Enfin, la jeune femme exprime spontanément sa satisfaction vis-à-vis de son nouveau traitement.

En résumé, on peut souligner un effet thérapeutique positif de l’aripiprazole 7 mois après le changement, facilitant l’adhésion de la patiente au programme thérapeutique. Ces résultats encourageants mettent aussi en lumière l’intérêt d’une monothérapie antipsychotique.

L’aripiprazole en pratique clinique

Nous disposons d’un recul de 7 mois concernant la prescription de l’aripiprazole. Vingt patients ont bénéficié de ce traitement. À noter que, parmi eux, deux patients résistants aux antipsychotiques n’ont pas été améliorés par l’aripiprazole et le traitement a été interrompu. Les débuts de traitement concernent six sujets tandis que les relais ou changements pour inefficacité et/ou mauvaise tolérance en concernent 14. Les doses moyennes se situent entre 10 et 15 mg/j mais peuvent aller jusqu’à 30 mg/j. On note également une absence d’effet-dose mais il faut distinguer cette notion de celle de patients répondeurs ou non répondeurs à une telle posologie. Sur un plan pratique, les changements de traitement semblent mieux s’effectuer progressivement sur 4 semaines en moyenne. L’aripiprazole paraît efficace tant en phase aiguë que chez des patients stables à plus long terme. Cette efficacité a lieu sur les signes positifs et négatifs de la schizophrénie. L’absence de sédation est susceptible de contribuer à l’amélioration du contact et des relations interpersonnelles. Au niveau cognitif, les patients nous semblent disposer de meilleures capacités d’insight et sont plus présents et actifs dans l’expression et la mise en place éventuelle de leurs projets de vie personnels et socioprofessionnels. Le profil de tolérance de l’aripiprazole semble aussi relativement favorable, en particulier pour les domaines suivants : poids, syndrome métabolique, effets extrapyramidaux. Cependant, on peut observer en début de traitement des effets secondaires transitoires. Parmi les plus fréquents dans notre expérience, il s’agit de troubles du sommeil, de céphalées et de nausées. L’association d’un traitement symptomatique est dans ces cas nécessaire.

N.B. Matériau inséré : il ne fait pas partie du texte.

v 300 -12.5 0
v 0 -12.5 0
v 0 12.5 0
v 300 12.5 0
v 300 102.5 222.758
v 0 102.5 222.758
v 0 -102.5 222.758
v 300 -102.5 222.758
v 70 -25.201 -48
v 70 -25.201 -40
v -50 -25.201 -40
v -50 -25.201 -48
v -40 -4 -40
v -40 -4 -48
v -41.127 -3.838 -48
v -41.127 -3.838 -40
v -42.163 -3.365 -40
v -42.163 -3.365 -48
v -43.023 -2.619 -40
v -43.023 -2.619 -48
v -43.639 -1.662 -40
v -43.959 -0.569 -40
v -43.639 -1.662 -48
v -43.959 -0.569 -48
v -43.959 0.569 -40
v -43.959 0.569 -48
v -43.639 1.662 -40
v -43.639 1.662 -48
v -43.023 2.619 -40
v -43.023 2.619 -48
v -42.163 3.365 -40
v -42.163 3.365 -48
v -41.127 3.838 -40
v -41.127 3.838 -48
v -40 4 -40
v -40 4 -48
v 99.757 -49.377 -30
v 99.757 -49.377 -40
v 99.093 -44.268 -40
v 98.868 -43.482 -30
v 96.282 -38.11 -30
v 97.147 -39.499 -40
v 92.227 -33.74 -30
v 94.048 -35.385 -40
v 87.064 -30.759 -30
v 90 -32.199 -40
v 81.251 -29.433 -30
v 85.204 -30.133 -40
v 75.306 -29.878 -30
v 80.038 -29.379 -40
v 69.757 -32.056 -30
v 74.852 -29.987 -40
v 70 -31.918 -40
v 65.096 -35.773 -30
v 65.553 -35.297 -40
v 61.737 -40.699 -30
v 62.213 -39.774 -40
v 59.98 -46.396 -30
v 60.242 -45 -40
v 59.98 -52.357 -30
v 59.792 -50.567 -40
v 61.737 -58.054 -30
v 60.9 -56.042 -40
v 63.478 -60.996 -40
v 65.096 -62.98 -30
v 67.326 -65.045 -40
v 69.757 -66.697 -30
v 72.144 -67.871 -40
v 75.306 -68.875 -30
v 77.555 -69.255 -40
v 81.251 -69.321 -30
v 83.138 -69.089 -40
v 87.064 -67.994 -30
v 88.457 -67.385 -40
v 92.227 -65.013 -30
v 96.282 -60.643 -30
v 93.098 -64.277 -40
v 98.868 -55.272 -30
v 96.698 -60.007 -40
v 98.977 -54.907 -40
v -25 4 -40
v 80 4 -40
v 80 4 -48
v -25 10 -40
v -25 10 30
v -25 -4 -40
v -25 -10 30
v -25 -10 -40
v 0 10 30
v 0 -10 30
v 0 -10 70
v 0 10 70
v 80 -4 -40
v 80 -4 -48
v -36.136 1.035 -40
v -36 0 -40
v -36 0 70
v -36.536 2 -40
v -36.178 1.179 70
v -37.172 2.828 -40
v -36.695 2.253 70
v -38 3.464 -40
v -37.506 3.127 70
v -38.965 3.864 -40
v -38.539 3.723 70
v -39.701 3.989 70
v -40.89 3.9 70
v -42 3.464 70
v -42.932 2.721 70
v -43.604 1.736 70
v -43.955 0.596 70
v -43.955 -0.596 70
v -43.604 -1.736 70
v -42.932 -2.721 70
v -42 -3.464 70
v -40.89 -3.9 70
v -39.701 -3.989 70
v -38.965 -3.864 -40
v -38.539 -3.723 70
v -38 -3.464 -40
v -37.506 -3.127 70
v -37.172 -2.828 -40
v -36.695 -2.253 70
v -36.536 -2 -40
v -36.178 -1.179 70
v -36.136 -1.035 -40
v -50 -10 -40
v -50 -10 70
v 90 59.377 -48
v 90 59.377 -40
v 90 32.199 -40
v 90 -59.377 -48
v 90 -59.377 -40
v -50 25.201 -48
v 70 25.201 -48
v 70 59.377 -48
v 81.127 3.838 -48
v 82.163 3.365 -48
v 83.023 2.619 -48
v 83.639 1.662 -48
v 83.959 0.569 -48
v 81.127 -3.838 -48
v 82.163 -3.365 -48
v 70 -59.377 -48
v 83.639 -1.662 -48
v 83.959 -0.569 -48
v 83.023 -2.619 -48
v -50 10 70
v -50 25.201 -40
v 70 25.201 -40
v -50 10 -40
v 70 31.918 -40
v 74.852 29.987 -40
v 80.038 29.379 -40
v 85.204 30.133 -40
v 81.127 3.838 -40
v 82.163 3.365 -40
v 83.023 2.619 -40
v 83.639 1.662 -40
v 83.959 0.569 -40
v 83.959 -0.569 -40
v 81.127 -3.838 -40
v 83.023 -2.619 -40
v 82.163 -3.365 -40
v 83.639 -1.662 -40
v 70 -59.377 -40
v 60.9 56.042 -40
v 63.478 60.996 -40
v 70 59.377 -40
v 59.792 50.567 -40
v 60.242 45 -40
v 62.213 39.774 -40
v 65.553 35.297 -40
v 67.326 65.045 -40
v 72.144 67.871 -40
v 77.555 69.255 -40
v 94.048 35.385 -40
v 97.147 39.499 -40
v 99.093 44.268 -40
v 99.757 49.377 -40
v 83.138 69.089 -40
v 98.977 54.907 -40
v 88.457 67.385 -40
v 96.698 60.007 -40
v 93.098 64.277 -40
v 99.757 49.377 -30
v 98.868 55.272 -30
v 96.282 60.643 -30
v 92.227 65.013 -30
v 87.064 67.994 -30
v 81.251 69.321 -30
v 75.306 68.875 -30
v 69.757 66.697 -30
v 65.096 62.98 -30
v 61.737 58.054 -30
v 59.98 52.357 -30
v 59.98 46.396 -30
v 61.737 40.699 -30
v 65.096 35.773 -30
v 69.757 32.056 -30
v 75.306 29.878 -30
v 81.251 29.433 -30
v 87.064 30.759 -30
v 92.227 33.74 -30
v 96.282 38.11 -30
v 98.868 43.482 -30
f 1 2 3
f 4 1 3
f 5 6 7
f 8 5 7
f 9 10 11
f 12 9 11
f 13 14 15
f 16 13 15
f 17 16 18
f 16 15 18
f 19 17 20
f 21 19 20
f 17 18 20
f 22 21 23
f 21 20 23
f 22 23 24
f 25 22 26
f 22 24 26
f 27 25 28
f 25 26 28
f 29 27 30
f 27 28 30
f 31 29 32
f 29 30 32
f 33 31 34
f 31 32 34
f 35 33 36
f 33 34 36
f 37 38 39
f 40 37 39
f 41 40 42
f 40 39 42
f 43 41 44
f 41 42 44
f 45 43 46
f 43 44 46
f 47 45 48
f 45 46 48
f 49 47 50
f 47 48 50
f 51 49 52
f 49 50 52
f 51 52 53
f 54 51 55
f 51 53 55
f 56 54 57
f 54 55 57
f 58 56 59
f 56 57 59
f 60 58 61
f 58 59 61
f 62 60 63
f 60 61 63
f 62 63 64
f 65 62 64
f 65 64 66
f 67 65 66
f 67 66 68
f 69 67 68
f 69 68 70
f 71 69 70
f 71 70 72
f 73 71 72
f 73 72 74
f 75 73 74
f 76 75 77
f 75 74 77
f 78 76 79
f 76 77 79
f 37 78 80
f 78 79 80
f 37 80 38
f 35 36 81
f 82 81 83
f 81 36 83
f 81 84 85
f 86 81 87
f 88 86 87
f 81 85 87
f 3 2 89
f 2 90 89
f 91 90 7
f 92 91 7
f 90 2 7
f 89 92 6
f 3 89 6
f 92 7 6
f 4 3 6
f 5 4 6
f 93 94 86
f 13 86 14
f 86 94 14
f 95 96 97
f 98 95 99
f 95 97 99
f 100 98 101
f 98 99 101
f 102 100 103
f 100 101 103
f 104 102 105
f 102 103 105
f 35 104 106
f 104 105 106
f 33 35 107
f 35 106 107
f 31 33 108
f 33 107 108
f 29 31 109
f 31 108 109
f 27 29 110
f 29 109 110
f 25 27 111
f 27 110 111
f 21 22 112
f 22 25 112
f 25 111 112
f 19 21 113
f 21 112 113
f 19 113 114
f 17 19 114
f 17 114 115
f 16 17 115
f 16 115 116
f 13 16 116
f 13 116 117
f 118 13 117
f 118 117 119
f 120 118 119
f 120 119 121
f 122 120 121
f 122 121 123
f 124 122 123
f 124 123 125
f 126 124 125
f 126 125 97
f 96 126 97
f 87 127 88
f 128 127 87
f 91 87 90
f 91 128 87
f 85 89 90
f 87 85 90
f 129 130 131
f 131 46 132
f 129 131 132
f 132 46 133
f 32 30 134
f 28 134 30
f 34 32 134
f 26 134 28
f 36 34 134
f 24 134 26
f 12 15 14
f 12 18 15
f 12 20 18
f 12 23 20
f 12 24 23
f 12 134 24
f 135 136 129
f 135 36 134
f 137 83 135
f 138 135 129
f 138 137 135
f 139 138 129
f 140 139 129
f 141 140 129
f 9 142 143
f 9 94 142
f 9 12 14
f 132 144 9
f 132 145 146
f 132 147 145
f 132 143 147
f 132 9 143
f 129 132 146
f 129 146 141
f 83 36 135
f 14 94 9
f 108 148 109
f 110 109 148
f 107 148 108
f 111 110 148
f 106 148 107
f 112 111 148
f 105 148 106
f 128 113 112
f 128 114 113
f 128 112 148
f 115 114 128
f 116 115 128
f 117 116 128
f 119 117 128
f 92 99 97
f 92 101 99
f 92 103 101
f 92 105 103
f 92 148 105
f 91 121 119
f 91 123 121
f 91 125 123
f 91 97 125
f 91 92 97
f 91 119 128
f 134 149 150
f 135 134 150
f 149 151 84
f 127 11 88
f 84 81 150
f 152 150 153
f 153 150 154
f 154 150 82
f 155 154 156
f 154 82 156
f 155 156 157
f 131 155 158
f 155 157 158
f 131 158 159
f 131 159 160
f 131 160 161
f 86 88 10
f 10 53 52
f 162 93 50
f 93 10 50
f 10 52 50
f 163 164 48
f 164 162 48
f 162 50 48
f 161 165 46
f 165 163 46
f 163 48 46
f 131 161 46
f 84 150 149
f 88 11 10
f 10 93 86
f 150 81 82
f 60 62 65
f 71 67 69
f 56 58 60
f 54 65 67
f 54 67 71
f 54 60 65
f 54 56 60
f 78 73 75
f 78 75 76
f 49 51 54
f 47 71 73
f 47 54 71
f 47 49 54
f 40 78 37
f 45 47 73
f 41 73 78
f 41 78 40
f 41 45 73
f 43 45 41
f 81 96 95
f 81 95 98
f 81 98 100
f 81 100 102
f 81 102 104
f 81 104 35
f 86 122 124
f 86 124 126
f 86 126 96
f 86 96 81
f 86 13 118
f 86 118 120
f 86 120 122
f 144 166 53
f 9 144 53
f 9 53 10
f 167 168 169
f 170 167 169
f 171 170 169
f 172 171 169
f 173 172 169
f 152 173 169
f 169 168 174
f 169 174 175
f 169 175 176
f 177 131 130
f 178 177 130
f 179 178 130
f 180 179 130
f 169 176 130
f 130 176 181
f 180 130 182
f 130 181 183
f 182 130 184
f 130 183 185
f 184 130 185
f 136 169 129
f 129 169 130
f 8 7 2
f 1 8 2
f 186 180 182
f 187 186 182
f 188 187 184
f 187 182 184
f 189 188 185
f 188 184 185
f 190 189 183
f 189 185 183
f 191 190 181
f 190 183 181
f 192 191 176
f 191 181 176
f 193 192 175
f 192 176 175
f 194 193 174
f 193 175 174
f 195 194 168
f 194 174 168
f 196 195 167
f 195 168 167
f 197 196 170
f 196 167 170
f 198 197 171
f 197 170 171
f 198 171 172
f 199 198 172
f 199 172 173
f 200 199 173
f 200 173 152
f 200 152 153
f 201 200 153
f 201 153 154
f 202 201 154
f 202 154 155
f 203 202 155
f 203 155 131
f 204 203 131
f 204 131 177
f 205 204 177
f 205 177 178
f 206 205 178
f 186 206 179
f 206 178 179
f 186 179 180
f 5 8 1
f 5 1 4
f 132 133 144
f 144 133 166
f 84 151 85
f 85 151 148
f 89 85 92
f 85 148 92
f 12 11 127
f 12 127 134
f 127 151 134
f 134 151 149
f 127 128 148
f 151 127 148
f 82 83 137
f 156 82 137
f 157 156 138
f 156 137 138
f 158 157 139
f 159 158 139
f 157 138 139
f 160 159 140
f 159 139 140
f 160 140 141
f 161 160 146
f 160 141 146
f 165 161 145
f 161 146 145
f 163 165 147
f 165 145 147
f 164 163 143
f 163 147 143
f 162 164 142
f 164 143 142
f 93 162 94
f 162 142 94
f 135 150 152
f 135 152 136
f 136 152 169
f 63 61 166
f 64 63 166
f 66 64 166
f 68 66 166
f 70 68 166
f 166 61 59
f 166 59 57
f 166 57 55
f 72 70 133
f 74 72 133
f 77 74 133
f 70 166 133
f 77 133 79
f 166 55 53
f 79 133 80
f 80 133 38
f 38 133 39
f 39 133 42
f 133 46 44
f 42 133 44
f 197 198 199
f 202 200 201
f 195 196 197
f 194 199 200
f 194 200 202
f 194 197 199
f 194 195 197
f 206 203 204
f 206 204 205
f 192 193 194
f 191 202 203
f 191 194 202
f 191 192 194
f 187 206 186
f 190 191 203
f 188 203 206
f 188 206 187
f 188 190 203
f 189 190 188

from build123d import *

# Parameters (mm, degrees)
F1_DEPTH  = 300
F2_W      = 20
F2_H      = 40
F3_DEPTH  = 50
F5_W      = 25
F5_H      = 20
F6_DEPTH  = 70
F7_R      = 4
F8_DEPTH  = 120
F10_DEPTH = 8
F11_R     = 20
F12_DEPTH = 10
F14_DEPTH = 8


with BuildPart() as f1:
    # F0 (on Right) → F1 (new body)
    with BuildSketch(Plane.YZ):
        Polygon((0, 222.757817), (-102.5, 222.757817), (-12.5, 0), (0, 0), (12.5, 0), (102.5, 222.757817), align=None)
    extrude(amount=F1_DEPTH)

    # F2 (on face) → F3 (join)
    with BuildSketch(Plane(origin=(0, 0, 0), x_dir=(0, -1, 0), z_dir=(-1, 0, 0))):
        with Locations((0, 50)):
            Rectangle(F2_W, F2_H)
    extrude(amount=F3_DEPTH)

    # F5 (on face) → F6 (join)
    with BuildSketch(Plane(origin=(0, 0, 30), x_dir=(1, 0, 0), z_dir=(0, 0, -1))):
        with Locations((-37.5, 0)):
            Rectangle(F5_W, F5_H)
    extrude(amount=F6_DEPTH)

    # F7 (on face) → F8 (cut)
    with BuildSketch(Plane.XY.offset(70)):
        with Locations((-40, 0)):
            Circle(F7_R)
    extrude(amount=-F8_DEPTH, mode=Mode.SUBTRACT)

    # F9 (on face) → F10 (join)
    with BuildSketch(Plane(origin=(0, 0, -40), x_dir=(1, 0, 0), z_dir=(0, 0, -1))):
        Polygon((-50, 0), (-50, -25.201352), (70, -25.201352), (70, -59.376635), (90, -59.376635), (90, 0), (90, 59.376635), (70, 59.376635), (70, 25.201352), (-50, 25.201352), align=None)
    extrude(amount=F10_DEPTH)

    # F11 (on face) → F12 (join)
    with BuildSketch(Plane.XY.offset(-40)):
        with Locations((79.756841, -49.376635)):
            Circle(F11_R)
        with Locations((79.756841, 49.376635)):
            Circle(F11_R)
    extrude(amount=F12_DEPTH)

    # F13 (on face) → F14 (cut)
    with BuildSketch(Plane(origin=(0, 0, -48), x_dir=(1, 0, 0), z_dir=(0, 0, -1))):
        with BuildLine():
            ThreePointArc((80, -4), (84, 0), (80, 4))
            Line((80, 4), (-40, 4))
            ThreePointArc((-40, 4), (-44, 0), (-40, -4))
            Line((-40, -4), (80, -4))
        make_face()
    extrude(amount=-F14_DEPTH, mode=Mode.SUBTRACT)


solid = f1.part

Enfin, l’expression de la satisfaction des patients, notamment en raison de l’absence de sédation, est un point important à souligner. C’est ainsi que les bénéfices attendus concernant les avancées en matière de traitements médicamenteux, comme pour d’autres abords thérapeutiques, ne sont pas l’apanage du seul médecin et impliquent tout autant sinon plus, le patient. Ils sont la condition d’une alliance thérapeutique et d’une meilleure observance.

Conclusion

L’arrivée d’un nouvel antipsychotique atypique tel que l’aripiprazole (Abilify®) est une occasion de se pencher sur la place qu’il peut occuper au sein de notre arsenal thérapeutique. Son profil d’efficacité original selon notre expérience, certes limitée à une vingtaine de patients, autorise à penser que ce produit est prometteur. Cela d’autant plus que son mécanisme d’action est également novateur car il agit comme un agoniste partiel des récepteurs dopaminergiques D2.

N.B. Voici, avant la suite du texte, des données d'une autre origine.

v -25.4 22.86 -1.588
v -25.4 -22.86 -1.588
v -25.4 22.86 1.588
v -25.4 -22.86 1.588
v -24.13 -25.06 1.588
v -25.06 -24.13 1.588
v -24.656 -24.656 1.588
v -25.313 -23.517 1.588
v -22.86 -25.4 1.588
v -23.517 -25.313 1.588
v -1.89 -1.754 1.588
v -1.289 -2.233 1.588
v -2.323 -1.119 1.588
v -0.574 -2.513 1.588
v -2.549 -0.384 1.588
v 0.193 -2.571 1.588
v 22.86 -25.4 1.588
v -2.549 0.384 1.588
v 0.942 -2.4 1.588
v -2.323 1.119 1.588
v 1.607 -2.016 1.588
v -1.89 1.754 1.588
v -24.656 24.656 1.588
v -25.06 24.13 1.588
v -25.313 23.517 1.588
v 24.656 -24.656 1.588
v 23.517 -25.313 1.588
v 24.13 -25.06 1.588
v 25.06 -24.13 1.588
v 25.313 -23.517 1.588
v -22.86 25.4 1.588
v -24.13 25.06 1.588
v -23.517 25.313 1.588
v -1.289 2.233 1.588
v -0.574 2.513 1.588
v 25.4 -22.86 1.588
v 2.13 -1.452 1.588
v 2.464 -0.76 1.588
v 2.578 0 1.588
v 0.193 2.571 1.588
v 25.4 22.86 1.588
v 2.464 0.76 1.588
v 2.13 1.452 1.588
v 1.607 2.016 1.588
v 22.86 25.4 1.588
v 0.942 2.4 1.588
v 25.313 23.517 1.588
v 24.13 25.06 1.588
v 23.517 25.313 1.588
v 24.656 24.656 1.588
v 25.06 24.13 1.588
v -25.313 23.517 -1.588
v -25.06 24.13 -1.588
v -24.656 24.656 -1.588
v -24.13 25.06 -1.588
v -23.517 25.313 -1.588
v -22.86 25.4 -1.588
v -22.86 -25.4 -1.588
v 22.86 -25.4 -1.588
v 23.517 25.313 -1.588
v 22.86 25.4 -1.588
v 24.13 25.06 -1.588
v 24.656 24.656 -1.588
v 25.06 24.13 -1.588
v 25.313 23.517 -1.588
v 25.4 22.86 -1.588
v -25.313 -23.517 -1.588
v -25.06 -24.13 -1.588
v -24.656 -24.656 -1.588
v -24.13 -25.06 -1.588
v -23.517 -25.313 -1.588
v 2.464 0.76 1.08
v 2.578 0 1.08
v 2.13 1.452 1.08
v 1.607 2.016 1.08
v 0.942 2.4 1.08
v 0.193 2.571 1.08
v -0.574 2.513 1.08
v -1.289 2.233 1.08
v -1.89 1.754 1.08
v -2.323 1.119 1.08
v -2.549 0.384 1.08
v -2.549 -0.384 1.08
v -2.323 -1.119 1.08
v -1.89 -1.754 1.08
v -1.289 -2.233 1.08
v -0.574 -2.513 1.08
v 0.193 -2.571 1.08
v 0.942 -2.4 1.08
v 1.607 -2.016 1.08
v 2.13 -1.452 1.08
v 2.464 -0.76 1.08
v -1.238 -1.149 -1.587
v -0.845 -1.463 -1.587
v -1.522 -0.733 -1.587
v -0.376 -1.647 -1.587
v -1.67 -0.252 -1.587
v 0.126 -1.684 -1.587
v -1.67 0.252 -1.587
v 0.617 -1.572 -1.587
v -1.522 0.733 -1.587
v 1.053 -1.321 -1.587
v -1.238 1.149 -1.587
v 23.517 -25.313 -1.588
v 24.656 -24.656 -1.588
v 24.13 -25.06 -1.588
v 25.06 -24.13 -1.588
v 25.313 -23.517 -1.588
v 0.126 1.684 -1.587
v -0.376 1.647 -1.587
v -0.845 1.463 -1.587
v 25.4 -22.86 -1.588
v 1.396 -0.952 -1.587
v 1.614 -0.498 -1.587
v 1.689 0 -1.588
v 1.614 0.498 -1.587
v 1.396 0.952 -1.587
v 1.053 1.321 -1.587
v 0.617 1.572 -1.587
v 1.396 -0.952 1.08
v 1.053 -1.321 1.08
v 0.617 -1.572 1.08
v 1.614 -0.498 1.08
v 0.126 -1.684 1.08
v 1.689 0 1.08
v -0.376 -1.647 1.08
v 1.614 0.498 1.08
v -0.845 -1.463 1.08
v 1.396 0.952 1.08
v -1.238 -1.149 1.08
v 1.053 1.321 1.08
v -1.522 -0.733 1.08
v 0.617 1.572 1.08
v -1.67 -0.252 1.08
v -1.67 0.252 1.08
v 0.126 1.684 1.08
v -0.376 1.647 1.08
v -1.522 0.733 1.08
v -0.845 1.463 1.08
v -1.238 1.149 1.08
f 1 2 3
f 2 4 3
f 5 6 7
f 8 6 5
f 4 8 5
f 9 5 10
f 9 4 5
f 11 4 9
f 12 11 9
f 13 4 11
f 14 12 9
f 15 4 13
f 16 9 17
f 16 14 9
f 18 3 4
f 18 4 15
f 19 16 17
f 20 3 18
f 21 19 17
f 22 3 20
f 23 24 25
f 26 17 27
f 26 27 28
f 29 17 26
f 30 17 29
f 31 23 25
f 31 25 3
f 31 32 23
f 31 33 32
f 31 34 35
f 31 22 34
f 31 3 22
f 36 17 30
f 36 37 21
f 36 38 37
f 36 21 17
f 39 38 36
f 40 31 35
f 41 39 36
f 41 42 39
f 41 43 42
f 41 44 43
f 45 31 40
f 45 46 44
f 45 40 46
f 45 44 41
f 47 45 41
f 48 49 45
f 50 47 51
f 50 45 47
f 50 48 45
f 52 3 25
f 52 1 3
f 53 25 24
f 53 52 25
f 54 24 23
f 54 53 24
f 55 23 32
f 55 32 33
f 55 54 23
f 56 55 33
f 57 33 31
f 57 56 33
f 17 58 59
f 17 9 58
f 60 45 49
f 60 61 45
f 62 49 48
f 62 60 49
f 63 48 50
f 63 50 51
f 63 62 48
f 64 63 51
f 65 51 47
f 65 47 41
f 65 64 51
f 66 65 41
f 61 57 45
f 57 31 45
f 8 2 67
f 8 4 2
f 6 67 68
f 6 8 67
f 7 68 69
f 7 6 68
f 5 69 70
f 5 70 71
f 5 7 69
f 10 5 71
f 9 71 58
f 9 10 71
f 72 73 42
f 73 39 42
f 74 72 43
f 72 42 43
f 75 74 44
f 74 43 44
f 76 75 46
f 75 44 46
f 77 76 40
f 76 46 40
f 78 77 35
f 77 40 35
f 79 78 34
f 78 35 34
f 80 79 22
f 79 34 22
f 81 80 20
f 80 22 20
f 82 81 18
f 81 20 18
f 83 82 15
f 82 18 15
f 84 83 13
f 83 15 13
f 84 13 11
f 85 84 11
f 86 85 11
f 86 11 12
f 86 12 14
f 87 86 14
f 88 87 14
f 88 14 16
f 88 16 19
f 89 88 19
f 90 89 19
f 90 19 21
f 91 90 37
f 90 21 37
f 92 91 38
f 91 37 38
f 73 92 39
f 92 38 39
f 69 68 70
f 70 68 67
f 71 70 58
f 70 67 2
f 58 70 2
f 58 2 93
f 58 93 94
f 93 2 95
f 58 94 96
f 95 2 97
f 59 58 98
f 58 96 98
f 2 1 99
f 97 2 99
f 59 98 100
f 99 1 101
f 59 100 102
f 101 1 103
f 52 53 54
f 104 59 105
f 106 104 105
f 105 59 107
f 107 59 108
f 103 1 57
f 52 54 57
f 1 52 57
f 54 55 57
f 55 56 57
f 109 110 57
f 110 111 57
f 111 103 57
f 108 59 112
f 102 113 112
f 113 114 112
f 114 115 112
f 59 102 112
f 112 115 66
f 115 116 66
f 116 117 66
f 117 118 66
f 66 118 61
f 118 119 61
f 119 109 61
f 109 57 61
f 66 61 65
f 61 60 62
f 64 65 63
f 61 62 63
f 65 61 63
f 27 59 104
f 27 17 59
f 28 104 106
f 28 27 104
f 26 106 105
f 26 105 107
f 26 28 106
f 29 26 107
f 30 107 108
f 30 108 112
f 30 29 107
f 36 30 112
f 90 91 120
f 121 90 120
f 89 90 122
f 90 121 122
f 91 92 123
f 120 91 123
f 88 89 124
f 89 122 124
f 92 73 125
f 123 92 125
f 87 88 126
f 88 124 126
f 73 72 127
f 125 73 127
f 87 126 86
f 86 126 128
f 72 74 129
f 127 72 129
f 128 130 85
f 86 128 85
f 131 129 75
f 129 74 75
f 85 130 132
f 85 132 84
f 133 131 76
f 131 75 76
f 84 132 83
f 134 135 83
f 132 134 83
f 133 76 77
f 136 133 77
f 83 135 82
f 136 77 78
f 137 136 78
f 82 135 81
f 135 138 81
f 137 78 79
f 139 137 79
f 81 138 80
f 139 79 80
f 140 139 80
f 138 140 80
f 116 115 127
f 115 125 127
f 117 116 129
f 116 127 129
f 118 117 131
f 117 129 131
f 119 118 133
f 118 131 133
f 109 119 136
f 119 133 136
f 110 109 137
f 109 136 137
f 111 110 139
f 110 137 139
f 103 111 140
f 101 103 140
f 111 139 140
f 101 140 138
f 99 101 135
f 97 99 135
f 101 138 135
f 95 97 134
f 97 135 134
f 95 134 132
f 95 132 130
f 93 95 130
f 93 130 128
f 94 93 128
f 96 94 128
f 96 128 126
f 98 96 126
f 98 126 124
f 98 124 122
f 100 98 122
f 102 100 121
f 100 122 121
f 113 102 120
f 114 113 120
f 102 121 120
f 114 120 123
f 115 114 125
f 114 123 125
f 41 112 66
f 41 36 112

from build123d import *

# Parameters (mm, degrees)
F0_W     = 50.8
F0_H     = 50.8
F1_DEPTH = 1.5875
F4_R     = 2.54


with BuildPart() as f1:
    # F0 (on Top) → F1 (new body, symmetric)
    with BuildSketch(Plane.XY):
        Rectangle(F0_W, F0_H)
    extrude(amount=F1_DEPTH, both=True)

    # F2 (on Front) → F3 (revolve, cut)
    with BuildSketch(Plane.XZ):
        Polygon((2.5781, 1.5875), (0, 1.5875), (0, -1.5875), (1.6891, -1.5875), (1.6891, 1.0795), (2.5781, 1.0795), align=None)
    revolve(axis=Axis((0, 0, 3.175), (0, 0, 1)), mode=Mode.SUBTRACT)

    # F4
    f4_edges = [f1.edges().sort_by_distance(p)[0] for p in [
        (-25.4, -25.4, 0),
        (25.4, -25.4, 0),
        (25.4, 25.4, 0),
        (-25.4, 25.4, 0),
    ]]
    fillet(f4_edges, radius=F4_R)


solid = f1.part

La qualité de vie des patients et l’amélioration de leur insertion sociale sont aujourd’hui des préoccupations centrales du fait d’un environnement en changement. Les psychiatres en sont conscients et légitimement exigeants vis-à-vis des prescriptions qu’ils effectuent. Les patients aspirent de leur côté à bénéficier de traitements efficaces et non invalidants. Enfin, cette dynamique permet de poursuivre un questionnement clinique et thérapeutique sur la pathologie schizophrénique.

Toutes ces données doivent bien évidemment être réintégrées dans une approche globale du traitement.

Une chose est sûre, sans les cliniciens aucun produit nouveau ne peut être bien évalué. Les avancées thérapeutiques dans notre discipline sont à la fois empiriques et empreintes de rigueur médicale. Le sens clinique de chacun y est pour beaucoup, les patients en sont toujours bénéficiaires.